COS 2-6
Species richness of bats (Chiroptera) along lakeshore habitats in western South Carolina

Monday, August 11, 2014: 3:20 PM
302/303, Sacramento Convention Center
J. Eric Williams, School of Engineering, University of California Merced, Merced, CA
Wm. David Webster, Department of Biology and Marine Biology, University of North Carolina Wilmington, Wilmington, NC
Eman Ghoneim, Department of Geography and Geology, University of North Carolina Wilmington, Wilmington, NC
Background/Question/Methods

The conservation of bats has been a topic of increasing interest over the last decade due to drastic population declines.
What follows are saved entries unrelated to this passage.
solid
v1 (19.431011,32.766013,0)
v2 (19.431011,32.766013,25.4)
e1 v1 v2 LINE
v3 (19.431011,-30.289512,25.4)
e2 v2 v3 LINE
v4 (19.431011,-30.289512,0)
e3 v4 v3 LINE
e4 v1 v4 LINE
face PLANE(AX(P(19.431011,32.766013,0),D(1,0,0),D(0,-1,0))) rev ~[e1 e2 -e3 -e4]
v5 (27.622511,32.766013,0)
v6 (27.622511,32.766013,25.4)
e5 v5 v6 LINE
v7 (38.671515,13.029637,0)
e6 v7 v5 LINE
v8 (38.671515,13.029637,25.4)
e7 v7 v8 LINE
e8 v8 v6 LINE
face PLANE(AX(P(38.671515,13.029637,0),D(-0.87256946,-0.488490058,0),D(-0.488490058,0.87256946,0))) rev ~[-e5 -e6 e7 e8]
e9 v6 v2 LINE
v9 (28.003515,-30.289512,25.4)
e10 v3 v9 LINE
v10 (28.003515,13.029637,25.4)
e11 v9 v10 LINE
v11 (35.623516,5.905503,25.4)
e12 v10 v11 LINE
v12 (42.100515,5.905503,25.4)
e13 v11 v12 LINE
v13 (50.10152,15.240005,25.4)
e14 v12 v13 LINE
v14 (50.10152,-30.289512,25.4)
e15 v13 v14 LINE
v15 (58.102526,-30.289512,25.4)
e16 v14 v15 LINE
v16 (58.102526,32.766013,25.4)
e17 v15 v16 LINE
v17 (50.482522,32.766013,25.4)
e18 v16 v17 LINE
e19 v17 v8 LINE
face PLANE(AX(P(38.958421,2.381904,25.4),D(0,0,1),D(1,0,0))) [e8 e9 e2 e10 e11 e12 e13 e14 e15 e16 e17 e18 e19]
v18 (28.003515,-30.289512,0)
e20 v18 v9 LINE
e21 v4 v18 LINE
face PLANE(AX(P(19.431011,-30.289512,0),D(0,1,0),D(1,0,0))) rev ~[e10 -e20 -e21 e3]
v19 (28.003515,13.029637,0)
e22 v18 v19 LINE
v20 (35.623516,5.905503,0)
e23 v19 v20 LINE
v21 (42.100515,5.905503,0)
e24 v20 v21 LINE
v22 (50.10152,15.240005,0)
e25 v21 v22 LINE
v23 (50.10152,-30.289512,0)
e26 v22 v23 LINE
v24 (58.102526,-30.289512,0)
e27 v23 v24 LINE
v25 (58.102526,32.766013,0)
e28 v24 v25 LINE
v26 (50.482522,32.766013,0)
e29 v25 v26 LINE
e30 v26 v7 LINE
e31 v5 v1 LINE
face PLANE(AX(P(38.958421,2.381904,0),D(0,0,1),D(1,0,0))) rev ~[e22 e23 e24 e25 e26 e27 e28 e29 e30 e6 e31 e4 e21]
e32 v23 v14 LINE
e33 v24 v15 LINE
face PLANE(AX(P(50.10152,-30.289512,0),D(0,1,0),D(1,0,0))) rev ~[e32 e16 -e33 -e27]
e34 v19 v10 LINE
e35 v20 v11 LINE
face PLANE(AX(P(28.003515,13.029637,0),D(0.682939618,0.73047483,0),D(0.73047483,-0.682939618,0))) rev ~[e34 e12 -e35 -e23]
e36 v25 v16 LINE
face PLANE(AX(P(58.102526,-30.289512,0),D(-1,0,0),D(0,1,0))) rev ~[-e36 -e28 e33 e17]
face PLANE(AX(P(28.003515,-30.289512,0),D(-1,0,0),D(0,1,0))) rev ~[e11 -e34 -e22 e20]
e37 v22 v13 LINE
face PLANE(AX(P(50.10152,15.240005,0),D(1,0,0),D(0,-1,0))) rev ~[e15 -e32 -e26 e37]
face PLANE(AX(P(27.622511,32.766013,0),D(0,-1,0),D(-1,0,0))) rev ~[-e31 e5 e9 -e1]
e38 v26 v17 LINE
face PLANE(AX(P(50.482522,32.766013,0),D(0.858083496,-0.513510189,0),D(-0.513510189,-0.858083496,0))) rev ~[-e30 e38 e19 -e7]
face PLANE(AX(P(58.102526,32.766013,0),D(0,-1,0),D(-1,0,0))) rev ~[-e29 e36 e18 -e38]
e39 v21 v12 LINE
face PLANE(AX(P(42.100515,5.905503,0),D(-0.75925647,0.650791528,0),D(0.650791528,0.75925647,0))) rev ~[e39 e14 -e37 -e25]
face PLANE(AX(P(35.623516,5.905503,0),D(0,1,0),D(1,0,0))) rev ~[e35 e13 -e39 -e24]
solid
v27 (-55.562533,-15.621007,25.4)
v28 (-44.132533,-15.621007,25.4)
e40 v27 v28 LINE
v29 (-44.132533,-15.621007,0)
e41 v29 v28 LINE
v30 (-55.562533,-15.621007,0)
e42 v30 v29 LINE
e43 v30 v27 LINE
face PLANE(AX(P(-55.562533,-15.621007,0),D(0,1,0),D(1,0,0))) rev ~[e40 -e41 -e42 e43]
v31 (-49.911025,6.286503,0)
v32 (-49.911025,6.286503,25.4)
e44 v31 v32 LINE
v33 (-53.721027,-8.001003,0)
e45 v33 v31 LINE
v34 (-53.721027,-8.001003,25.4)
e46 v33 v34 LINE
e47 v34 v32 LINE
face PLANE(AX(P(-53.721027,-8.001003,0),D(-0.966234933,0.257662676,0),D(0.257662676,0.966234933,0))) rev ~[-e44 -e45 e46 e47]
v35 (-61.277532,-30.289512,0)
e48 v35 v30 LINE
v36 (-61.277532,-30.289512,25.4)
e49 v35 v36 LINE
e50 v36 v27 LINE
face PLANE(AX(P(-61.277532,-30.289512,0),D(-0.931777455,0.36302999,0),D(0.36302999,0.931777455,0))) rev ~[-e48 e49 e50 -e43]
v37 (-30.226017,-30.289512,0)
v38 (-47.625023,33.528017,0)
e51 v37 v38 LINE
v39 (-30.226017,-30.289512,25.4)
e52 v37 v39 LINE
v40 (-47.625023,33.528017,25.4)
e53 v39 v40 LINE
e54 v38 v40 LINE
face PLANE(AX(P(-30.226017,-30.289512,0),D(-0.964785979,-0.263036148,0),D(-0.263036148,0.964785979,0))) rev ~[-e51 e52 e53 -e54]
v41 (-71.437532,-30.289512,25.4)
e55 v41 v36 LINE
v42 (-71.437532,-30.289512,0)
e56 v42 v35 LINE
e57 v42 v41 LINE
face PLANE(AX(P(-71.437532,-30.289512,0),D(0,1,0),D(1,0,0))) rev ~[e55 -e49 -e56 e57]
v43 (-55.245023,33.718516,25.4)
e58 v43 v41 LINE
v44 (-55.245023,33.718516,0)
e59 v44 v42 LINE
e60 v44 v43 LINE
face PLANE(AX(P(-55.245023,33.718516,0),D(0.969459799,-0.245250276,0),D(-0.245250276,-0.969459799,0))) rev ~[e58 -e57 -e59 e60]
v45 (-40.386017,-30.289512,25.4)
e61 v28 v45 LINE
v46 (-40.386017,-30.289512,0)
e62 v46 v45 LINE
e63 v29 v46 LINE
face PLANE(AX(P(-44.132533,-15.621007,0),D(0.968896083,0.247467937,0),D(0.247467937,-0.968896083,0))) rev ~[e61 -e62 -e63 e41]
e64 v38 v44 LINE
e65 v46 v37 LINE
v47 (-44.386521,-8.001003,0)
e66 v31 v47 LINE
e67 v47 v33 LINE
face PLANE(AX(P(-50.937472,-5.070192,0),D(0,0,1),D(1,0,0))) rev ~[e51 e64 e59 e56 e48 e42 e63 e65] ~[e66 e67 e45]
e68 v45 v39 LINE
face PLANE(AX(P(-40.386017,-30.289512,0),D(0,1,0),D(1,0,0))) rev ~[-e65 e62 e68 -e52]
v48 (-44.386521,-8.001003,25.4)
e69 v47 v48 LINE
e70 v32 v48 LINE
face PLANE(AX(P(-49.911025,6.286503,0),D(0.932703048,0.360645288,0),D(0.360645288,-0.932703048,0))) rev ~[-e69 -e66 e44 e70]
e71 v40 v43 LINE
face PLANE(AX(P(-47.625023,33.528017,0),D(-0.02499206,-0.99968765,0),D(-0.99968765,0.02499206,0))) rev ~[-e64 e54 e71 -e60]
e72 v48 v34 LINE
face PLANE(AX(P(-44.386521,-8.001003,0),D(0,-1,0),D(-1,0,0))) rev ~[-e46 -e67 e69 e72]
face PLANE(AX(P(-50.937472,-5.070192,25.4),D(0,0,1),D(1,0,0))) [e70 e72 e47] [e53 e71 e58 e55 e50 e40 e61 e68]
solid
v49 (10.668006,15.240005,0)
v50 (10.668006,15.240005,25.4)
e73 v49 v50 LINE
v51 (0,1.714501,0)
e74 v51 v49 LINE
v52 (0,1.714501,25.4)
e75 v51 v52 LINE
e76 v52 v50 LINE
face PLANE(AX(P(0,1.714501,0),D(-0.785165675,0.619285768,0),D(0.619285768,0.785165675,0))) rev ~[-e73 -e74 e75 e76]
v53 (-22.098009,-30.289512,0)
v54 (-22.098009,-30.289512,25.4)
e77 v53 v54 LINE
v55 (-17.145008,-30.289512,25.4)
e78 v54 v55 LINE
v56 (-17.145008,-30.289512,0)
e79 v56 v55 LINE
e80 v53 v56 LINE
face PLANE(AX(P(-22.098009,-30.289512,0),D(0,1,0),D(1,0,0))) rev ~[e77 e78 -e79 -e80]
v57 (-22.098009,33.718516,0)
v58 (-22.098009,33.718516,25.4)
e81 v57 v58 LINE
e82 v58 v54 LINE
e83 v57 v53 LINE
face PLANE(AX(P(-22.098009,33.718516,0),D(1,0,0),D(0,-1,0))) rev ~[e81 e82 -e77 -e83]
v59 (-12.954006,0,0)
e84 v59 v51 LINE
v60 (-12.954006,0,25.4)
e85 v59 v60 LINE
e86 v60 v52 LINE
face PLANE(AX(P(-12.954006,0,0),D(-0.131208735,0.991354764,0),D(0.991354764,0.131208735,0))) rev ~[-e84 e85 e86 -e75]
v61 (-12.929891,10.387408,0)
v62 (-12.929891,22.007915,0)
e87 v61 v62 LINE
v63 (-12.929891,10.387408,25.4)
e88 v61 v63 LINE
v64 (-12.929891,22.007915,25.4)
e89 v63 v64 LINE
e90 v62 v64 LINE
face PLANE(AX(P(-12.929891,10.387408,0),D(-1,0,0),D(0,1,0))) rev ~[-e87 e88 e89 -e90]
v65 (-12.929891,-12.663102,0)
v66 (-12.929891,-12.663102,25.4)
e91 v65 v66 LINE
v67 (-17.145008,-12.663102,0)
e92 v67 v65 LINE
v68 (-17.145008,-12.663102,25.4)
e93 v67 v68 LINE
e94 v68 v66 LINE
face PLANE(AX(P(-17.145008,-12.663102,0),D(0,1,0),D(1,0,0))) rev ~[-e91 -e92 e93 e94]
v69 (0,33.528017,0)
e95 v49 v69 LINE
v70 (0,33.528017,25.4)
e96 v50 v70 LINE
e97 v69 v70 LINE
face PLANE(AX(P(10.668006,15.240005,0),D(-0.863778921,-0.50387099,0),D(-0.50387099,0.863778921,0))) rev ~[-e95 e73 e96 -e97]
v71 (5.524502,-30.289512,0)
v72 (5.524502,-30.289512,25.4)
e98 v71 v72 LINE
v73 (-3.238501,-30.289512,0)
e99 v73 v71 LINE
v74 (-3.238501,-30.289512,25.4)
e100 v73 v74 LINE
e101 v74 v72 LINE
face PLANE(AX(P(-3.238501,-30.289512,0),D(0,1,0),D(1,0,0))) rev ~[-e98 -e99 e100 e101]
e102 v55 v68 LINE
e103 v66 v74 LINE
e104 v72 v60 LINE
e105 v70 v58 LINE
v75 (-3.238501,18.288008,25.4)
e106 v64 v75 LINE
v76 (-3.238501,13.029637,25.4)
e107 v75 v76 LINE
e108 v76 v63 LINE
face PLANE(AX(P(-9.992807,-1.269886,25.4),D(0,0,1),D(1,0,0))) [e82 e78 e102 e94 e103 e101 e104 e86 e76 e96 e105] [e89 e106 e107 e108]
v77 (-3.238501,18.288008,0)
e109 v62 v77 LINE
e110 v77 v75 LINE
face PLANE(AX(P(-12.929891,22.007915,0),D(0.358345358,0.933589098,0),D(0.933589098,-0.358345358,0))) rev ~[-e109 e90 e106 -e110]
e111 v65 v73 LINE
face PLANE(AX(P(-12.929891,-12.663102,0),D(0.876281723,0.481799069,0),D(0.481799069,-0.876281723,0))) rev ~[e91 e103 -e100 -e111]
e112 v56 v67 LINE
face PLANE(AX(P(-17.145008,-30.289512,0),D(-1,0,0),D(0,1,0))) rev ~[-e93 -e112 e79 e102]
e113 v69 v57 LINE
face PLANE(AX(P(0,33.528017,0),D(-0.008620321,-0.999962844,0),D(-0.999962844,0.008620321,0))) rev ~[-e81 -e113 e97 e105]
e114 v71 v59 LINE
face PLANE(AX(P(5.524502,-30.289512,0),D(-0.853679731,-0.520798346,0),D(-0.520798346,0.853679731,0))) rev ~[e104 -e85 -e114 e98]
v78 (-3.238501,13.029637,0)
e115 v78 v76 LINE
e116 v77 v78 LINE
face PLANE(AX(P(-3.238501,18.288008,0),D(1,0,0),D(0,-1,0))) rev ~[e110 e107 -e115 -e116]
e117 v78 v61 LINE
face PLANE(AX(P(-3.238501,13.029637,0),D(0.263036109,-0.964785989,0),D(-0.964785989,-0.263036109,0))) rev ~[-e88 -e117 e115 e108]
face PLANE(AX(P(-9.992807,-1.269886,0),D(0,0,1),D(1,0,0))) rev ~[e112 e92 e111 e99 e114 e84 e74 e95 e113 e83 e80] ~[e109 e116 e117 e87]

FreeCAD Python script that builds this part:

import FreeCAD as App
import Part
import Sketcher

V = App.Vector
Q = App.Units.Quantity


def add_polygon(sketch, points):
    """Adds a closed chain of lines whose ends are joined by coincident constraints."""
    first, n = sketch.GeometryCount, len(points)
    for a, b in zip(points, points[1:] + points[:1]):
        sketch.addGeometry(Part.LineSegment(App.Vector(*a, 0), App.Vector(*b, 0)), False)
    for i in range(n):
        sketch.addConstraint(Sketcher.Constraint("Coincident", first + i, 2, first + (i + 1) % n, 1))

doc = App.newDocument("Part")
body = doc.addObject("PartDesign::Body", "Body")
body.AllowCompound = True

# Sketch on XY plane
sketch1 = body.newObject("Sketcher::SketchObject", "Sketch")
sketch1.AttachmentSupport = (doc.getObject("XY_Plane"), [""])
sketch1.MapMode = "FlatFace"
add_polygon(sketch1, [(-47.6, 33.5), (-55.2, 33.7), (-71.4, -30.3), (-61.3, -30.3), (-55.6, -15.6), (-44.1, -15.6), (-40.4, -30.3), (-30.2, -30.3)])  # lines 0-7
add_polygon(sketch1, [(-49.9, 6.3), (-44.4, -8), (-53.7, -8)])  # lines 8-10
add_polygon(sketch1, [(-22.1, 33.7), (-22.1, -30.3), (-17.1, -30.3), (-17.1, -12.7), (-12.9, -12.7), (-3.2, -30.3), (5.5, -30.3), (-13, 0), (0, 1.7), (10.7, 15.2), (0, 33.5)])  # lines 11-21
add_polygon(sketch1, [(-3.2, 13), (-12.9, 10.4), (-12.9, 22), (-3.2, 18.3)])  # lines 22-25
add_polygon(sketch1, [(19.4, 32.8), (19.4, -30.3), (28, -30.3), (28, 13), (35.6, 5.9), (42.1, 5.9), (50.1, 15.2), (50.1, -30.3), (58.1, -30.3), (58.1, 32.8), (50.5, 32.8), (38.7, 13), (27.6, 32.8)])  # lines 26-38
sketch1.addConstraint([
    Sketcher.Constraint("Horizontal", 2),
    Sketcher.Constraint("Horizontal", 4),
    Sketcher.Constraint("Horizontal", 6),
    Sketcher.Constraint("Horizontal", 9),
    Sketcher.Constraint("Vertical", 11),
    Sketcher.Constraint("Horizontal", 12),
    Sketcher.Constraint("Vertical", 13),
    Sketcher.Constraint("Horizontal", 14),
    Sketcher.Constraint("Horizontal", 16),
    Sketcher.Constraint("Vertical", 23),
    Sketcher.Constraint("Vertical", 25),
    Sketcher.Constraint("Vertical", 26),
    Sketcher.Constraint("Horizontal", 27),
    Sketcher.Constraint("Vertical", 28),
    Sketcher.Constraint("Horizontal", 30),
    Sketcher.Constraint("Vertical", 32),
    Sketcher.Constraint("Horizontal", 33),
    Sketcher.Constraint("Vertical", 34),
    Sketcher.Constraint("Horizontal", 35),
    Sketcher.Constraint("Horizontal", 38),
    Sketcher.Constraint("PointOnObject", 17, 2, -1),
    Sketcher.Constraint("PointOnObject", 18, 2, -2),
    Sketcher.Constraint("PointOnObject", 20, 2, -2),
    Sketcher.Constraint("Perpendicular", 7, 22),
    Sketcher.Constraint("Horizontal", 2, 2, 5, 2),
    Sketcher.Constraint("Horizontal", 6, 2, 11, 2),
    Sketcher.Constraint("Horizontal", 12, 2, 15, 2),
    Sketcher.Constraint("Horizontal", 7, 2, 20, 2),
    Sketcher.Constraint("Horizontal", 0, 2, 21, 2),
    Sketcher.Constraint("Horizontal", 16, 2, 26, 2),
    Sketcher.Constraint("Horizontal", 25, 2, 28, 2),
    Sketcher.Constraint("Horizontal", 19, 2, 31, 2),
    Sketcher.Constraint("Horizontal", 27, 2, 32, 2),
The introduction of white-nose syndrome in the northeastern United States, landscape modification, and interactions with wind turbines have all contributed to these declines. Devising management plans that are efficient at protecting bat populations is difficult because little is known about the critical habitat on which individual species rely. In this study we examine the habitat and climate factors that influence species richness in bats across a variety of lakeshore habitats.  Two acoustical sampling techniques were used to identify bat composition at 32 sites on Lake Keowee and Lake Jocassee, in northwestern South Carolina.  These presence/absence data were used in a null-model analysis program, Ecosim, to determine the co-occurrence of observed species.  We determined the variables that influence species richness in the region using multiple regression analyses, and calculated the change in species composition between sites using the Jaccard dissimilarity index. Finally, multivariable logistic models were used to identify the habitat and climate variables that predicted the presence or absence of individual species.

Results/Conclusions

Overall, nine species of bats were documented in the region, with four of the nine species classified as rare.  Species richness values ranged from three to eight across both lakes and mean species richness was not significantly different between the two lakes. Ecosim analyses on all species indicate that they are randomly distributed among sites.  However, a separate Ecosim analysis on the rare species suggests that they are habitat specialists and require specific environmental and climatic variables to be present.  Species richness among all bats was positively correlated to the amount of water, evergreen forest, and slope within the region, but negatively correlated to the amount of urban development.  The Jaccard dissimilarity index showed two changes in species composition, with the changes corresponding to habitat shifts from upland piedmont habitats to mountainous, steep-sloping mesic habitats.  These data suggest that species richness is highest in the rural mountainous regions of the state, which corresponds to the habitat in which the rare species were observed.  No multivariable model exhibited strong support for predicting the presence of any species in the region, but these models combined with the species richness analyses provide insight into which variables maybe critical for sustaining rare species.